I see you and Kate are of the same mind with your first links on this one! And getting to Hamnet… I’m always willing to include a book by O’Farrell! Lovely chain!
Thanks Davida. I must read more O’Farrell.
She’s one of my favorite authors…
And I’d barely heard of her before Hamnet.
Apart from TS Eliot (of course!) I’ve only read -and enjoyed – Hamnet from your list. plenty to think about here!
At least there’s one this time, eh, Margaret. I do like see in a book or author I know in other people’s lists.
🙂
I started with the obvious link too but decided to move away from books about cancer after that. I enjoyed reading your chain which includes two other books I’ve read, Hamnet and The Wasteland – I wasn’t aware of the app, it does look very interesting!.
I will come visit of course. Glad you knew two in my chain. Not always the case is it?
I like the way you wandered off in a different direction there. Your destination title sounds fascinating.

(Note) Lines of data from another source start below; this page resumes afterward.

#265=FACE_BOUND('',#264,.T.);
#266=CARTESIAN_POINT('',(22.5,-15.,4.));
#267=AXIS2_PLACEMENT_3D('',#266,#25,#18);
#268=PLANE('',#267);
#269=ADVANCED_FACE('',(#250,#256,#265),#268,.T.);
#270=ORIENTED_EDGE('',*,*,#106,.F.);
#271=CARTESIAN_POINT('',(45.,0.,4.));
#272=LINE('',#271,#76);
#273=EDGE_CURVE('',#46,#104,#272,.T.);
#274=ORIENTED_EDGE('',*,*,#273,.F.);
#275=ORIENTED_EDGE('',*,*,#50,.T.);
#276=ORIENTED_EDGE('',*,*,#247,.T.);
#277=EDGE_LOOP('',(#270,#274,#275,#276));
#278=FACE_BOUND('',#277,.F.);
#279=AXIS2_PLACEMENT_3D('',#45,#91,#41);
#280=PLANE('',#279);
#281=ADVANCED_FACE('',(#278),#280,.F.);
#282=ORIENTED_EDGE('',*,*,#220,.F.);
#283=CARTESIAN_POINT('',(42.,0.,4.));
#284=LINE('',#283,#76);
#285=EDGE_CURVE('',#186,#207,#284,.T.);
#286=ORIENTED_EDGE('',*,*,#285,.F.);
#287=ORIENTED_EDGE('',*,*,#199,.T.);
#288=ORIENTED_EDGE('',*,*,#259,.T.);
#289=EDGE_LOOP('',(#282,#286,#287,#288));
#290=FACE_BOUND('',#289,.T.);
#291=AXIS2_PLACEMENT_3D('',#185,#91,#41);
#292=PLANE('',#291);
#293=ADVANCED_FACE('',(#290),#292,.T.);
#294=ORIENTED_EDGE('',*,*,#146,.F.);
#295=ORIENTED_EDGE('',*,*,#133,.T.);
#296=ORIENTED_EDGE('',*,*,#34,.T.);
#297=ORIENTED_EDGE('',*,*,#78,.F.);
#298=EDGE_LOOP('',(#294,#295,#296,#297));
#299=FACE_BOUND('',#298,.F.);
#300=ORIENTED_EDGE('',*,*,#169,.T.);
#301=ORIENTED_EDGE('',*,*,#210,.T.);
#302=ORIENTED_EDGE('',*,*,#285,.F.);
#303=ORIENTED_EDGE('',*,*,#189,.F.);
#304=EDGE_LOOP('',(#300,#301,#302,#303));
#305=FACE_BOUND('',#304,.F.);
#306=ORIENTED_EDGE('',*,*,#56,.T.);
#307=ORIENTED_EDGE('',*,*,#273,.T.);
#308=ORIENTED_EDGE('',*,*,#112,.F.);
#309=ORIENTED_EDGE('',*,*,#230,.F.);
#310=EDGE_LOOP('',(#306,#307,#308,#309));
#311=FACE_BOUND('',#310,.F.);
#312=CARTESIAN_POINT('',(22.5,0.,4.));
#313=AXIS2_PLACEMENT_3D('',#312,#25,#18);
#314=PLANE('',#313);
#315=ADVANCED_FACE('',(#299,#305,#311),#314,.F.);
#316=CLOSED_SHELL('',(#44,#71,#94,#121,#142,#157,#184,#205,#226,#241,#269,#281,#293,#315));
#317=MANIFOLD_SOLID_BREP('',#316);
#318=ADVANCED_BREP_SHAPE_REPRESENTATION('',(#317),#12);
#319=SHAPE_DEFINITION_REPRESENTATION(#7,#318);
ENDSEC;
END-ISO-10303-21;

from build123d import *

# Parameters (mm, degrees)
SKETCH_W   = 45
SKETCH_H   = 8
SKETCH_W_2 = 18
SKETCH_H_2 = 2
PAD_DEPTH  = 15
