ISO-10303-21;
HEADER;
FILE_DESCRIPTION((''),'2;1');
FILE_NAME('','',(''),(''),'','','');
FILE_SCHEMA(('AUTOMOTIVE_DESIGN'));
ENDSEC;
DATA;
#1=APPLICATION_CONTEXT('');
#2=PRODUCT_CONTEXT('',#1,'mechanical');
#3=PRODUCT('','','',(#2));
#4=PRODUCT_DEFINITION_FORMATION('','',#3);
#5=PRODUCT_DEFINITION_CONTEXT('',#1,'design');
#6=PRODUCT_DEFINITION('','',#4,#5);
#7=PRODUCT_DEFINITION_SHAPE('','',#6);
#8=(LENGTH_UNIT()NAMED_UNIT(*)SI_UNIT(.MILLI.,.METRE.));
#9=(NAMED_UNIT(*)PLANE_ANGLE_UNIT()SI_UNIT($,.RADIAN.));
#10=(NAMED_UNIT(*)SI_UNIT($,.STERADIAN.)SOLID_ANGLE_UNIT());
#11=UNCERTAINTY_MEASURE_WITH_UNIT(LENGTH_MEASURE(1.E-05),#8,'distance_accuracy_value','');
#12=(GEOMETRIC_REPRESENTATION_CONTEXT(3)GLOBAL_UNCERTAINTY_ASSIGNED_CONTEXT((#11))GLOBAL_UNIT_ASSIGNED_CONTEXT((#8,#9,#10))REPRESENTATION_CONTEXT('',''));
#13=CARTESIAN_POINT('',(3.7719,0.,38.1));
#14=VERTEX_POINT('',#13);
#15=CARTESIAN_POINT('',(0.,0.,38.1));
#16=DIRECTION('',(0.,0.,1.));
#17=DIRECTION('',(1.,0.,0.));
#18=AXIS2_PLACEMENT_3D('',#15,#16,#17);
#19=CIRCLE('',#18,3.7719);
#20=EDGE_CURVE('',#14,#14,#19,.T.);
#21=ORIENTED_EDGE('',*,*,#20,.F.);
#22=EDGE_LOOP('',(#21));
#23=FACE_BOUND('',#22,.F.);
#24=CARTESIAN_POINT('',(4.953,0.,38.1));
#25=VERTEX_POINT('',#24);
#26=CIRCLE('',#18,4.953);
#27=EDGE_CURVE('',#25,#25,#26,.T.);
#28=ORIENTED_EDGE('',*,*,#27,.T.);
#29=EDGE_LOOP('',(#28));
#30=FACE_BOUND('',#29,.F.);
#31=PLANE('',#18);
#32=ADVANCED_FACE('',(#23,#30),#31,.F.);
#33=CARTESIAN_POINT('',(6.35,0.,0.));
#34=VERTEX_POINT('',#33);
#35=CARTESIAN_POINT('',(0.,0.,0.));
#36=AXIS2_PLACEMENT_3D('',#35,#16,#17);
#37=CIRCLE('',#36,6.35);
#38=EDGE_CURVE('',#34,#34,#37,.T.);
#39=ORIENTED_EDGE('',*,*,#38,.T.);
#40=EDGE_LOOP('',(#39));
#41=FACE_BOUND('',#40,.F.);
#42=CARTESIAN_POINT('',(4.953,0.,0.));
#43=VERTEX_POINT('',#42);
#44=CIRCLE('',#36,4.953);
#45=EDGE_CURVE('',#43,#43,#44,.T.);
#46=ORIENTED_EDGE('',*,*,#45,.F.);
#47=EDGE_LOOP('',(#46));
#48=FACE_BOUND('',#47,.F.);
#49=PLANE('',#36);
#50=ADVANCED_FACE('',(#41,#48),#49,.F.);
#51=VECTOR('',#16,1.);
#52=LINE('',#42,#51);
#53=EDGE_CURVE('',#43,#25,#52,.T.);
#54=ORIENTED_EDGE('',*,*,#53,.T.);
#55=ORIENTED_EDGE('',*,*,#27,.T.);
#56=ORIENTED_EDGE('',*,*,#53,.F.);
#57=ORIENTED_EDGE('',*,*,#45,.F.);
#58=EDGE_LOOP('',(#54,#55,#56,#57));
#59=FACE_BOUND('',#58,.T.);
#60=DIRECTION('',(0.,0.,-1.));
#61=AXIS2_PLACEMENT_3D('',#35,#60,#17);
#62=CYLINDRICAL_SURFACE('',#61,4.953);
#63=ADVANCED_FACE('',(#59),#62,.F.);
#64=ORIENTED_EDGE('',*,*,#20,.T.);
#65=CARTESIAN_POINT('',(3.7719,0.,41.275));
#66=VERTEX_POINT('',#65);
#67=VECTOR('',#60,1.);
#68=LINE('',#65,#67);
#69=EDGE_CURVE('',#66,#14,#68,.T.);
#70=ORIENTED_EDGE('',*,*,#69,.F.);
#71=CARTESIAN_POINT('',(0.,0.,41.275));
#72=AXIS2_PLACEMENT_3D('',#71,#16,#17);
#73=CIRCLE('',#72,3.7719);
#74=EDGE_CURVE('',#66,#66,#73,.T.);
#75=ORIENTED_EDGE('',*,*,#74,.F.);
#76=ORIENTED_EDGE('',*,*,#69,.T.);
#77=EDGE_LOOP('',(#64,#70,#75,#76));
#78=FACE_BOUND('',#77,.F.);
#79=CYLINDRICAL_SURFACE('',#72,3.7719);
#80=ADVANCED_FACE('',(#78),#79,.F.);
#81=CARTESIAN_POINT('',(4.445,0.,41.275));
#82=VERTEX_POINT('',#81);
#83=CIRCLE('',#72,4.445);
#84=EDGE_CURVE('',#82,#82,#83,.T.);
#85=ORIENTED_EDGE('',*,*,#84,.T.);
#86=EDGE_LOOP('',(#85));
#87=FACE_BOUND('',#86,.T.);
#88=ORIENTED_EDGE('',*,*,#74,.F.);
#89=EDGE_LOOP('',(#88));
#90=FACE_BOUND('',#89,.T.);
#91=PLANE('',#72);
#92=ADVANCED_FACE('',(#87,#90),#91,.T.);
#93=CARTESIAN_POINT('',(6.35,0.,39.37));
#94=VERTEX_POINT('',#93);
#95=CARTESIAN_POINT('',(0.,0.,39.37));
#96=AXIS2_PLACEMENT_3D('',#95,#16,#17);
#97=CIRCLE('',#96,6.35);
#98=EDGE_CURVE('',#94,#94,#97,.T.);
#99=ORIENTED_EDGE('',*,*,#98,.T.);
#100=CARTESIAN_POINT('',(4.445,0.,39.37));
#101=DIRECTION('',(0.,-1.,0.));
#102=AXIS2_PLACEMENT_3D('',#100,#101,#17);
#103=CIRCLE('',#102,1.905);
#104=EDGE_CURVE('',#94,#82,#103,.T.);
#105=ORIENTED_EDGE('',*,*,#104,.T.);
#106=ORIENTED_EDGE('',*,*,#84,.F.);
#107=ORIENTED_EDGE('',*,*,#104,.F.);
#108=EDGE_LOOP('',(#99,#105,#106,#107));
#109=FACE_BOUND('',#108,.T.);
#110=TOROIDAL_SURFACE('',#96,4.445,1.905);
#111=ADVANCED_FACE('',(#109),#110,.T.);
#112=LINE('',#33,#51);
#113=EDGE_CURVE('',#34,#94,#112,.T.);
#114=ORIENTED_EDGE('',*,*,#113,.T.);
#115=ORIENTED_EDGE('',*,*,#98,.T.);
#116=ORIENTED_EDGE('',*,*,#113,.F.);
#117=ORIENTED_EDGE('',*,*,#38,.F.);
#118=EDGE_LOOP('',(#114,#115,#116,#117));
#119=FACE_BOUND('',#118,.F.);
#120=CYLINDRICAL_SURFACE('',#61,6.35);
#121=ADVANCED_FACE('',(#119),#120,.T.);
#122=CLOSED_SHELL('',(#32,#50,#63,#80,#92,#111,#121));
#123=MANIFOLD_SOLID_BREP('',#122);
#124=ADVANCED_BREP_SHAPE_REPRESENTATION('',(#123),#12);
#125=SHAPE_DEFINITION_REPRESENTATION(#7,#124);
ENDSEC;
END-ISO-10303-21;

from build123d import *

# Parameters (mm, degrees)
F0_R     = 6.35
F1_DEPTH = 41.275
F2_R     = 4.953
F3_DEPTH = 38.1
F5_R     = 3.7719
F6_DEPTH = 3.175
F7_R     = 1.905


with BuildPart() as f1:
    # F0 (on Top) → F1 (new body)
    with BuildSketch(Plane.XY):
        Circle(F0_R)
    extrude(amount=F1_DEPTH)

    # F2 (on Top) → F3 (cut)
    with BuildSketch(Plane.XY):
        Circle(F2_R)
    extrude(amount=F3_DEPTH, mode=Mode.SUBTRACT)

    # F5 (on offset) → F6 (cut, through all)
    with BuildSketch(Plane.XY.offset(41.275)):
        Circle(F5_R)
    extrude(amount=-F6_DEPTH, mode=Mode.SUBTRACT)

    # F7
    f7_edges = [f1.edges().sort_by_distance(p)[0] for p in [
        (-6.35, 0, 41.275),
    ]]
    fillet(f7_edges, radius=F7_R)


solid = f1.part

Thanks, I enjoyed doing that.
I have only read excerpts of The Waste Land, but definitely want to read it all. Technology to better read and understand literature is fascinating.
My quirky chain is here: https://wordsandpeace.com/2021/11/06/six-degrees-of-separation-from-asking-to-spelling/
Thanks W&P, this app is great for that. There’s also a Shakespeare Sonnets app but I don’t think they did much else. I’ll check your quirky chain out.
I am in awe ..
Considering how often I go off-topic here in your Comments, or make controversial claims, or just monster you gently, I can’t get over your generosity, ST !
There is the point to be considered of the quality of your review; it opened my eyes to the whole reviewing thing. Before you I hadn’t understood the depths to be plumbed within a quality reviewer’s work.
Thanks from the heart. From the soul, even ..
Oh you, M-R, you wrote a great book, from the heart.
And I love your monstering me as you so delicately put it!
Yes .. that’s certainly its source ..
Thanks, dear ST !
You can tell, but a creative heart too.
From death comes life, from old comes news! Fun links as always 🙂
Ha ha, thanks Stefanie. I like that.